HTTP is the foundation of World Wide Web. From buying items off Amazon to checking in with friends on Facebook, everything uses HTTP. Because it is such an integrated part of our online experience, it’s worth a basic understanding how it works.
HTTP stands for HyperText Transfer Protocol. Let’s take a minute to break it down:
Hyper: its literal meaning is ‘too excited’ or ‘energetic’
Text: letters, words
Hyper + Text: are over-excited words or words that can jump from one document to another. In web world, such text appears as blue text with underline, e.g. Click me and I will take you to another document
Transfer: Moving from one place to another
Protocol: Set of rules
If we put these terms together then HTTP is a way to navigate from one page (resource) to another resource by transferring (sending/receiving) data using a set of rules.
So What is a URL?
A URL is what you see in a browser’s address bar and it stands for “Uniform Resource Locator”. If we equate this to sending a letter via post mail, then URL is the address that you write on the envelope.
e.g. http://www.ktlsolutions.com
Similar to real-world addresses getting more specific in terms of Address Line 2, zip code, country, etc., URLs can have a specific path as well.
e.g. https://www.ktlsolutions.com/blog/
URL’s can also be used to pass even more information which can be used by servers, and this information is called Query String, it appears after a ‘?’ and is separated by ‘&’. https://www.ktlsolutions.com/?s=Minal+Wad&submit=y
URLs can be entered in address bars or can simply be hidden in links/text. Click me to go to Google will take you to google as there is a hidden URL linking this text to www.google.com
Resource Locator
Suppose you type http://www.ktlsolutions.com then what comes after “://” is the hostname and it basically points to a computer IP address e.g. 192.168.0.101. There are computers that map domain names to IP addresses and they are called DNS (Domain Name Service).
Data (Request/Response)
Once you have located a resource to make a request, you may need to send additional information to the server. Parameters need to be passed if you are asking for search results, or if you fill an online form then the values need to be taken back to the server. The results that are sent back fro the server are nothing but a form of data. So, the data needs to travel back and forth, and it needs to be formatted using HTTP standards so that any server in the universe can interpret the request and send back a conforming response. It’s really just a standard. A “Request” is the data that is sent to the server and “Response” is what is sent back.
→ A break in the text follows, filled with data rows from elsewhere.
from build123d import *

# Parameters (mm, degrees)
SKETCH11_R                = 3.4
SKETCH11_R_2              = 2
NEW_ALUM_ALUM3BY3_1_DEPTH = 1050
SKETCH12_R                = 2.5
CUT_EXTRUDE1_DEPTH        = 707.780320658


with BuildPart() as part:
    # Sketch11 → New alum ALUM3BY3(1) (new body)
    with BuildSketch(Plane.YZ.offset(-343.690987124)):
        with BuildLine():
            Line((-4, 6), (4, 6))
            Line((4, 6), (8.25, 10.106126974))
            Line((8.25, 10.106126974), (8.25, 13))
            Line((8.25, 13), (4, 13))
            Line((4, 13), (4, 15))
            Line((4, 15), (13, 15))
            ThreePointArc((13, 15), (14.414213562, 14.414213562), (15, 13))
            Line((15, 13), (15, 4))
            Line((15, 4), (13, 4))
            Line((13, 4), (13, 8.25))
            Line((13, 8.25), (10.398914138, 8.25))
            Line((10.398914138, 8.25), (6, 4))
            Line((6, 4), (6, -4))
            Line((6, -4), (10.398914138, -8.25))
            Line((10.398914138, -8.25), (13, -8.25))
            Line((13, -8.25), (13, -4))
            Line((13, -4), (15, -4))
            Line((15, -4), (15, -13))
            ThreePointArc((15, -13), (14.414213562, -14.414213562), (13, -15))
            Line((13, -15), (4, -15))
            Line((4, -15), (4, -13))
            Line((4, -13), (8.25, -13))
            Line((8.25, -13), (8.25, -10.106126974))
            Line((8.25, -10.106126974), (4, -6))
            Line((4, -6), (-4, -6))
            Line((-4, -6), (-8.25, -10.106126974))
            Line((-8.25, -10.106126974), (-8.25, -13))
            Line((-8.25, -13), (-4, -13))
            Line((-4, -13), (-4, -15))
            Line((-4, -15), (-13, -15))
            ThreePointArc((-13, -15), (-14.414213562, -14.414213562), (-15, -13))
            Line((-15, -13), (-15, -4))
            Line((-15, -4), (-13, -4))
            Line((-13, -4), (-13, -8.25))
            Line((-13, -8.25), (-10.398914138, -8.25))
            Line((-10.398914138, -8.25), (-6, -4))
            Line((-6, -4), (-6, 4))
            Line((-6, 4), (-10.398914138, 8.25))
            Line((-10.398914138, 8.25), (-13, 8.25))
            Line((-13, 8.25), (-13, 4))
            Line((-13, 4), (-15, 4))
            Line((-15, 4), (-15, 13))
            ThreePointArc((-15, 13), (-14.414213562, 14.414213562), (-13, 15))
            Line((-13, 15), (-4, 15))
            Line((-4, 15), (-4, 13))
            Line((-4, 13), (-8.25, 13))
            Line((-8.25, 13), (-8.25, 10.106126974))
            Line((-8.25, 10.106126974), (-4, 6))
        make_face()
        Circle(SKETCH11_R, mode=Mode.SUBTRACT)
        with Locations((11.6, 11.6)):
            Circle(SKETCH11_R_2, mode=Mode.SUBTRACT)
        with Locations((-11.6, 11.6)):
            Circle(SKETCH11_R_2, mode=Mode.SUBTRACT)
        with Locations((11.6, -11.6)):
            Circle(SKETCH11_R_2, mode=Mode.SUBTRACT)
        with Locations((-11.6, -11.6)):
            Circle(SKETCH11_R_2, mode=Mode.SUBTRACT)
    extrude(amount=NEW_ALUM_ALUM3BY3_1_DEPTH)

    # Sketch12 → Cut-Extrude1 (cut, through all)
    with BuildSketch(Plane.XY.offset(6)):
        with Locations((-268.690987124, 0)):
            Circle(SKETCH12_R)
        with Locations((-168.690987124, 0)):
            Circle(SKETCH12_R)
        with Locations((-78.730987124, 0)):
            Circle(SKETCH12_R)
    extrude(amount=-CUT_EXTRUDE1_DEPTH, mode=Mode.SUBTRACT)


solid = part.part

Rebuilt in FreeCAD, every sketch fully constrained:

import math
import FreeCAD as App
import Part
import Sketcher

doc = App.newDocument("Part")
params = doc.addObject("Spreadsheet::Sheet", "Params")
for row, (alias, value) in enumerate([
    ("sketch1_diameter", "4 mm"),
    ("sketch1_diameter2", "6.8 mm"),
    ("sketch1_width", "8 mm"),
    ("sketch1_width2", "9 mm"),
    ("sketch1_width3", "4.25 mm"),
    ("pad1_length", "1050 mm"),
    ("sketch2_diameter", "5 mm"),
], start=1):
    params.set(f"A{row}", alias)
    params.set(f"B{row}", "=" + value)
    params.setAlias(f"B{row}", alias)

body = doc.addObject("PartDesign::Body", "Body")

# Sketch on YZ plane
sketch1 = body.newObject("Sketcher::SketchObject", "Sketch")
sketch1.AttachmentSupport = (doc.getObject("YZ_Plane"), [""])
sketch1.MapMode = "FlatFace"
sketch1.AttachmentOffset = App.Placement(App.Vector(0, 0, -343.690987), App.Rotation())
sketch1.addGeometry([
    Part.LineSegment(App.Vector(4, 6, 0), App.Vector(-4, 6, 0)),  # 0
    Part.LineSegment(App.Vector(-4, 6, 0), App.Vector(-8.2, 10.1, 0)),  # 1
    Part.LineSegment(App.Vector(-8.2, 10.1, 0), App.Vector(-8.2, 13, 0)),  # 2
    Part.LineSegment(App.Vector(-8.2, 13, 0), App.Vector(-4, 13, 0)),  # 3
    Part.LineSegment(App.Vector(-4, 13, 0), App.Vector(-4, 15, 0)),  # 4
    Part.LineSegment(App.Vector(-4, 15, 0), App.Vector(-13, 15, 0)),  # 5
    Part.ArcOfCircle(Part.Circle(App.Vector(-13, 13, 0), App.Vector(0, 0, 1), 2), math.radians(90), math.radians(180)),  # 6
    Part.LineSegment(App.Vector(-15, 13, 0), App.Vector(-15, 4, 0)),  # 7
    Part.LineSegment(App.Vector(-15, 4, 0), App.Vector(-13, 4, 0)),  # 8
    Part.LineSegment(App.Vector(-13, 4, 0), App.Vector(-13, 8.2, 0)),  # 9
    Part.LineSegment(App.Vector(-13, 8.2, 0), App.Vector(-10.4, 8.2, 0)),  # 10
    Part.LineSegment(App.Vector(-10.4, 8.2, 0), App.Vector(-6, 4, 0)),  # 11
    Part.LineSegment(App.Vector(-6, 4, 0), App.Vector(-6, -4, 0)),  # 12
    Part.LineSegment(App.Vector(-6, -4, 0), App.Vector(-10.4, -8.2, 0)),  # 13
    Part.LineSegment(App.Vector(-10.4, -8.2, 0), App.Vector(-13, -8.2, 0)),  # 14
    Part.LineSegment(App.Vector(-13, -8.2, 0), App.Vector(-13, -4, 0)),  # 15
    Part.LineSegment(App.Vector(-13, -4, 0), App.Vector(-15, -4, 0)),  # 16
    Part.LineSegment(App.Vector(-15, -4, 0), App.Vector(-15, -13, 0)),  # 17
    Part.ArcOfCircle(Part.Circle(App.Vector(-13, -13, 0), App.Vector(0, 0, 1), 2), math.radians(-180), math.radians(-90)),  # 18
    Part.LineSegment(App.Vector(-13, -15, 0), App.Vector(-4, -15, 0)),  # 19
    Part.LineSegment(App.Vector(-4, -15, 0), App.Vector(-4, -13, 0)),  # 20
    Part.LineSegment(App.Vector(-4, -13, 0), App.Vector(-8.2, -13, 0)),  # 21
    Part.LineSegment(App.Vector(-8.2, -13, 0), App.Vector(-8.2, -10.1, 0)),  # 22
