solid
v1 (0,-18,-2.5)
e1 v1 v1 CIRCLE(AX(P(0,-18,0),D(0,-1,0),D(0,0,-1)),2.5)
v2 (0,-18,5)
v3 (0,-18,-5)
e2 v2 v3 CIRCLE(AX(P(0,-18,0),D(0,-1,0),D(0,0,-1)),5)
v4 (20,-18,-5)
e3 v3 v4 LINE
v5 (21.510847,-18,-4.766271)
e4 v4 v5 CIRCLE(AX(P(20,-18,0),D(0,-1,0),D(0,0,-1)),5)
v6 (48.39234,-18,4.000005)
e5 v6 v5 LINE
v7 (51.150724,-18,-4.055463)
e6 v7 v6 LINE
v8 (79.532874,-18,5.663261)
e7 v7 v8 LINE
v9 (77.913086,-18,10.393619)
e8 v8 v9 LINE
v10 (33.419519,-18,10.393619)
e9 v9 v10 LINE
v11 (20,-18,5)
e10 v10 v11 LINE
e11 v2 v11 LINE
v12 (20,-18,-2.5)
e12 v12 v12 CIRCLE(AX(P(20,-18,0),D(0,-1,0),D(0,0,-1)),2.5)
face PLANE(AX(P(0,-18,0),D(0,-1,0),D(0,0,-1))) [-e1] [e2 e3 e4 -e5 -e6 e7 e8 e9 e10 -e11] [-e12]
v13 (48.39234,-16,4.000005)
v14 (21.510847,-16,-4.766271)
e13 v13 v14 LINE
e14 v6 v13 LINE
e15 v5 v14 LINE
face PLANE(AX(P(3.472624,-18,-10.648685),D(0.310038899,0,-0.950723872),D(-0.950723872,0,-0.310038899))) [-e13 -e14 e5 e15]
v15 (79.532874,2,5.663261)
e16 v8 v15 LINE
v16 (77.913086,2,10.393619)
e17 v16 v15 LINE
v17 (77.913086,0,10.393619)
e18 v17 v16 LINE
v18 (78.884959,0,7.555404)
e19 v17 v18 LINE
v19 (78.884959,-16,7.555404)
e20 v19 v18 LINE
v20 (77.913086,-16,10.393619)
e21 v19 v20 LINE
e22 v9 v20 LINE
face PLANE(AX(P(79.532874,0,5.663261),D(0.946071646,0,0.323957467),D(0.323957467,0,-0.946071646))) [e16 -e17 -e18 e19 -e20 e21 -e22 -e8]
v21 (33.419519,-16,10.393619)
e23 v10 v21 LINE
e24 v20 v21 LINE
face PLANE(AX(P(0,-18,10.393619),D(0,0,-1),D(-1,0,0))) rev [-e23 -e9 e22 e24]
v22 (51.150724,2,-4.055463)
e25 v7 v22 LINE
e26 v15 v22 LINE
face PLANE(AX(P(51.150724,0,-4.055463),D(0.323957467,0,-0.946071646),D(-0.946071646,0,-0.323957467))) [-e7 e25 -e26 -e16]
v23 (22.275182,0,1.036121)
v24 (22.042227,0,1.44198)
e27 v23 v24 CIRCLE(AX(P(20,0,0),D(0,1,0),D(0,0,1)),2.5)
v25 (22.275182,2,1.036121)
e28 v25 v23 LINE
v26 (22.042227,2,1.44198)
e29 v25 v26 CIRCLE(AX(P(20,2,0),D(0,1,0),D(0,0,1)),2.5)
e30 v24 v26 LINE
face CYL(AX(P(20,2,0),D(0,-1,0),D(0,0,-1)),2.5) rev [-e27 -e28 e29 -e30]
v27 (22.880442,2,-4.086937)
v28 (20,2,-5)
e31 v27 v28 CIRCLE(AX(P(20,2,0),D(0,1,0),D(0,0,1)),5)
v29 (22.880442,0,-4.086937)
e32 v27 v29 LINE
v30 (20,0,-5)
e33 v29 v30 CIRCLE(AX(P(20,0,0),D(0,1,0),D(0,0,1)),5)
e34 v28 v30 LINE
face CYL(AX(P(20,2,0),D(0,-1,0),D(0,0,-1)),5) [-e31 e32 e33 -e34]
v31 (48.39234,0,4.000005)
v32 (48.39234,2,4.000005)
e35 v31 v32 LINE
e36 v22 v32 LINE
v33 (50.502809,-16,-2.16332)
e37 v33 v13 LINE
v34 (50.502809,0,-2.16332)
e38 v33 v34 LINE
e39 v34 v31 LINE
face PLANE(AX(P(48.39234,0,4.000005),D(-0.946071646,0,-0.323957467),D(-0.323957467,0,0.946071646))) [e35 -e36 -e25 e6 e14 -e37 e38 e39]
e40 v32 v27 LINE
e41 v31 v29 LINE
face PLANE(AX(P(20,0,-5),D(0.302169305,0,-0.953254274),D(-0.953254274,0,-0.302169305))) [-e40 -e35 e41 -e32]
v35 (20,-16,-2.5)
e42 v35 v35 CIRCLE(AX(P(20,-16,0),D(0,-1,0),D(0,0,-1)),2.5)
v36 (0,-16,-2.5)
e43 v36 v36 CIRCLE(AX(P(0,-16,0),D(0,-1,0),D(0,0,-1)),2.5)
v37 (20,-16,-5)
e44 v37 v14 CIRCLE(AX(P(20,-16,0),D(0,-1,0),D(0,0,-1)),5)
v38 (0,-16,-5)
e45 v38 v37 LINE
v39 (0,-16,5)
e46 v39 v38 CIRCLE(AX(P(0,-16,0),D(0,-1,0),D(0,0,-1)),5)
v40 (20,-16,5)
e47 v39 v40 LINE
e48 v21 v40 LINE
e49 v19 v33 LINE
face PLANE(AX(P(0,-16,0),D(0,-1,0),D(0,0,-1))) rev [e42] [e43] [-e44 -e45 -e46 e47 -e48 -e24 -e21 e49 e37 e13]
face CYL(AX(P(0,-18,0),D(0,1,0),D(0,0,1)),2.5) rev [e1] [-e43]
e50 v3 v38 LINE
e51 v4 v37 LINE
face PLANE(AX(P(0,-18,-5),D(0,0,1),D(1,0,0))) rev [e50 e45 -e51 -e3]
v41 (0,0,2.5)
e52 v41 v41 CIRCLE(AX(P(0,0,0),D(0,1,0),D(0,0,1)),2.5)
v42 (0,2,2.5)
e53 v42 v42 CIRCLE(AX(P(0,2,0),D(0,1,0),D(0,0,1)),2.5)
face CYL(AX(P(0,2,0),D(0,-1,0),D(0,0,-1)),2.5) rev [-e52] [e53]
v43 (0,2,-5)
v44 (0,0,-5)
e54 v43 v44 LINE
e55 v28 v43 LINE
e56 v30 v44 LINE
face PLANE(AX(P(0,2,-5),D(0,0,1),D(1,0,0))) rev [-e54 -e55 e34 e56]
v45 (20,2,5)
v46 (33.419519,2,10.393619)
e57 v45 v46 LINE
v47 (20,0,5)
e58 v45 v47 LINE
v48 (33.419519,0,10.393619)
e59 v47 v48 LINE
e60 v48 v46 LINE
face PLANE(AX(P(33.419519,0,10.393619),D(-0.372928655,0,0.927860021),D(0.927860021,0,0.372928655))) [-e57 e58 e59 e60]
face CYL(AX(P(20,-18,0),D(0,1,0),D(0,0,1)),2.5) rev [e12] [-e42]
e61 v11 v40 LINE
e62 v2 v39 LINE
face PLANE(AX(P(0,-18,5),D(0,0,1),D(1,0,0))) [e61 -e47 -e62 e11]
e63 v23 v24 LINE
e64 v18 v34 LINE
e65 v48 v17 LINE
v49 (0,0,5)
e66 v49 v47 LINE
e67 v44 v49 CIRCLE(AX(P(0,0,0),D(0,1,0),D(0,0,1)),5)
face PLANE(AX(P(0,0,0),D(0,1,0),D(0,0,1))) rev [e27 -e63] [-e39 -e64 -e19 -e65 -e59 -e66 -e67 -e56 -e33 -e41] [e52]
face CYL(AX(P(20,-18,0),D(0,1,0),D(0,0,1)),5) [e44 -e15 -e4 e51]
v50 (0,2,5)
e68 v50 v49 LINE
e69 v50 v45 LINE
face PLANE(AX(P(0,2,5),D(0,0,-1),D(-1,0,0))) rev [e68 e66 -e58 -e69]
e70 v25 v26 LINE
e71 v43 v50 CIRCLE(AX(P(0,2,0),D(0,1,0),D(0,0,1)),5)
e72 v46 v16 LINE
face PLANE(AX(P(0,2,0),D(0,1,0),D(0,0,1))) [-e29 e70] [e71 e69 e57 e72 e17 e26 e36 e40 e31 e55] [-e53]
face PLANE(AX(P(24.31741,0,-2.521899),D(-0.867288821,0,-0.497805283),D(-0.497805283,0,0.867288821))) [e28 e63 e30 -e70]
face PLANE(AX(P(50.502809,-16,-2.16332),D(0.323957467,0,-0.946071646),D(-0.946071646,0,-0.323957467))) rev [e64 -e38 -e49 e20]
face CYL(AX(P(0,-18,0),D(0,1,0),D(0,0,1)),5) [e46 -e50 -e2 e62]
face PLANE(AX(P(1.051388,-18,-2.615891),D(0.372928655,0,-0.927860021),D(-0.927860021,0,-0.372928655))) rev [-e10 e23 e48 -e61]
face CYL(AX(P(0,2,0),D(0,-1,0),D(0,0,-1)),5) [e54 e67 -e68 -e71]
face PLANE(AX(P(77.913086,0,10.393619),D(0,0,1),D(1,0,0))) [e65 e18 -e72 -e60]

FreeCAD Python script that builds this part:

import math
import FreeCAD as App
import Part
import Sketcher
from FreeCAD import Vector


def add_polygon(sketch, points):
    """Adds a closed chain of lines whose ends are joined by coincident constraints."""
    first, n = sketch.GeometryCount, len(points)
    for a, b in zip(points, points[1:] + points[:1]):
        sketch.addGeometry(Part.LineSegment(App.Vector(*a, 0), App.Vector(*b, 0)), False)
    for i in range(n):
        sketch.addConstraint(Sketcher.Constraint("Coincident", first + i, 2, first + (i + 1) % n, 1))

doc = App.newDocument("Part")
body = doc.addObject("PartDesign::Body", "Body")

sketch1 = body.newObject("Sketcher::SketchObject", "Sketch")
sketch1.AttachmentSupport = (doc.getObject("XZ_Plane"), [""])
sketch1.MapMode = "FlatFace"
sketch1.addGeometry([
    Part.LineSegment(Vector(20, -5, 0), Vector(0, -5, 0)),
    Part.ArcOfCircle(Part.Circle(Vector(0, 0, 0), Vector(0, 0, 1), 5), math.radians(90), math.radians(270)),
    Part.LineSegment(Vector(0, 5, 0), Vector(20, 5, 0)),
    Part.ArcOfCircle(Part.Circle(Vector(20, 0, 0), Vector(0, 0, 1), 5), math.radians(-90), math.radians(90)),
    Part.Circle(Vector(20, 0, 0), Vector(0, 0, 1), 2.5),
    Part.Circle(Vector(0, 0, 0), Vector(0, 0, 1), 2.5),
], False)
sketch1.addConstraint([
    Sketcher.Constraint("Tangent", 0, 2, 1, 2),
    Sketcher.Constraint("Tangent", 1, 1, 2, 1),
    Sketcher.Constraint("Tangent", 2, 2, 3, 2),
    Sketcher.Constraint("Tangent", 3, 1, 0, 1),
    Sketcher.Constraint("Horizontal", 0),
    Sketcher.Constraint("Horizontal", 2),
    Sketcher.Constraint("Coincident", 1, 3, -1, 1),
    Sketcher.Constraint("Coincident", 5, 3, -1, 1),
    Sketcher.Constraint("Coincident", 4, 3, 3, 3),
    Sketcher.Constraint("Equal", 4, 5),
    Sketcher.Constraint("Diameter", 4, 5.0),
    Sketcher.Constraint("Radius", 1, 5.0),
    Sketcher.Constraint("DistanceX", 0, 2, 0, 1, 20.0),
])
pad1 = body.newObject("PartDesign::Pad", "Pad")
pad1.Profile = sketch1
pad1.Length = 2
pad1.Reversed = True

sketch2 = body.newObject("Sketcher::SketchObject", "Sketch001")
sketch2.AttachmentSupport = (doc.getObject("XZ_Plane"), [""])
sketch2.MapMode = "FlatFace"
sketch2.AttachmentOffset = App.Placement(Vector(0, 0, -2), App.Rotation())
add_polygon(sketch2, [(48.39234, 4.000005), (20, -5), (24.31741, -2.521899), (20, 5), (33.419519, 10.393619), (77.913086, 10.393619), (79.532874, 5.663261), (51.150724, -4.055463)])
sketch2.addConstraint([
    Sketcher.Constraint("Horizontal", 4),
    Sketcher.Constraint("Symmetric", 0, 2, 2, 2, -1),
    Sketcher.Constraint("Perpendicular", 1, 2),
    Sketcher.Constraint("Perpendicular", 5, 6),
    Sketcher.Constraint("Perpendicular", 6, 7),
    Sketcher.Constraint("Distance", 5, 5.0),
    Sketcher.Constraint("Distance", 6, 30.0),
    Sketcher.Constraint("DistanceX", -1, 1, 0, 2, 20.0),
    Sketcher.Constraint("DistanceY", 0, 2, -1, 1, 5.0),
    Sketcher.Constraint("DistanceY", 1, 2, -1, 1, 2.521899),
    Sketcher.Constraint("Distance", 3, 14.46287),
    Sketcher.Constraint("Distance", 7, 8.51465),
    Sketcher.Constraint("DistanceX", 4, 1, 4, 2, 44.493567),
    Sketcher.Constraint("DistanceX", -1, 1, 3, 2, 33.419519),
    Sketcher.Constraint("DistanceY", -1, 1, 5, 2, 5.663261),
])
pad2 = body.newObject("PartDesign::Pad", "Pad001")
pad2.Profile = sketch2
pad2.Length = 2

sketch3 = body.newObject("Sketcher::SketchObject", "Sketch002")
sketch3.AttachmentSupport = (doc.getObject("XZ_Plane"), [""])
sketch3.MapMode = "FlatFace"
add_polygon(sketch3, [(51.150724, -4.055463), (79.532874, 5.663261), (78.884959, 7.555404), (50.502809, -2.16332)])
sketch3.addConstraint([
    Sketcher.Constraint("Perpendicular", 0, 1),
    Sketcher.Constraint("Perpendicular", 1, 2),
    Sketcher.Constraint("Perpendicular", 2, 3),
    Sketcher.Constraint("Distance", 0, 30.0),
    Sketcher.Constraint("Distance", 1, 2.0),
    Sketcher.Constraint("DistanceY", -1, 1, 0, 2, 5.663261),
    Sketcher.Constraint("DistanceX", -1, 1, 1, 2, 78.884959),
    Sketcher.Constraint("DistanceX", -1, 1, 2, 2, 50.502809),
])
pad3 = body.newObject("PartDesign::Pad", "Pad002")
pad3.Profile = sketch3
pad3.Length = 16

sketch4 = body.newObject("Sketcher::SketchObject", "Sketch003")
sketch4.AttachmentSupport = (doc.getObject("XZ_Plane"), [""])
sketch4.MapMode = "FlatFace"
sketch4.AttachmentOffset = App.Placement(Vector(0, 0, 18), App.Rotation())
sketch4.addGeometry([
    Part.LineSegment(Vector(48.39234, 4.000005, 0), Vector(51.150724, -4.055463, 0)),
    Part.LineSegment(Vector(51.150724, -4.055463, 0), Vector(79.532874, 5.663261, 0)),
    Part.LineSegment(Vector(79.532874, 5.663261, 0), Vector(77.913086, 10.393619, 0)),
    Part.LineSegment(Vector(77.913086, 10.393619, 0), Vector(33.419519, 10.393619, 0)),
    Part.LineSegment(Vector(33.419519, 10.393619, 0), Vector(20, 5, 0)),
    Part.LineSegment(Vector(20, 5, 0), Vector(0, 5, 0)),
    Part.ArcOfCircle(Part.Circle(Vector(0, 0, 0), Vector(0, 0, 1), 5), math.radians(90), math.radians(270)),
What lies underneath HTTP?
When you type a URL in the address bar and press enter, there are 2 main steps that happen.
Step 1
The first step is to communicate to the DNS server and get the IP address of the destination server. This communication can happen through ethernet or phone line or some other means such as Radio or Satellite. Once an IP address is obtained then an HTTP Request is formed and another communication is made to destination server. The server then sends back HTTP Response and the browser displays the result. This is all at the application level where a browser is a client and server is the provider. But we haven’t discussed how the messages actually cross network and reach the server. There are layers of protocol that operate below HTTP. The layer just after HTTP is a Transport Level protocol called TCP. The main job of TCP is to make sure that the message is delivered, carefully avoiding any duplicates or erroneous packets. Next in line is a Network Level Protocol called IP (Internet Protocol). It divides the message into small packets and then reassembles them back at the destination. These packets travel through the network from one computer to another to finally reach destination server.
Step 2
A client (bowser in our case) then needs to extract the host name and open a TCP socket writing data in it. The rest is taken care of by TCP/IP protocols. Everything we talked so far happens inside the computer, but the data eventually has to leave the machine and travel over a piece of wire, a fiber optic, or satellite and this is the lowest level called Data Link Layer. Using Ethernet, data packets received from IP Protocol becomes frames and Data travels in 0’s and 1’s and electric signals. Eventually when the data is reached at the destination, reverse engineering happens and data travel back from IP to TCP to HTTP and interpreted by a browser to display results.
What is HTTPS, then?
HTTPS is just Secured HTTP. One of the strengths of HTTP is that it is textual and self-describing, but this can be dangerous when dealing with sensitive data such as credit card information or personal information. Secure HTTP solves this problem by encrypting messages before the messages start traveling across the network. In the network protocol stack, an additional security later exists between HTTP and TCP using TLS (Transport Layer Security Protocol) or SSL (Secure Sockets Layer). The destination server needs to buy an SSL certificate from a certificate authority which can validate its authenticity. All traffic over HTTPS is encrypted, including Request, Response, Query Strings, HTTP headers, Message Body, etc. are encrypted.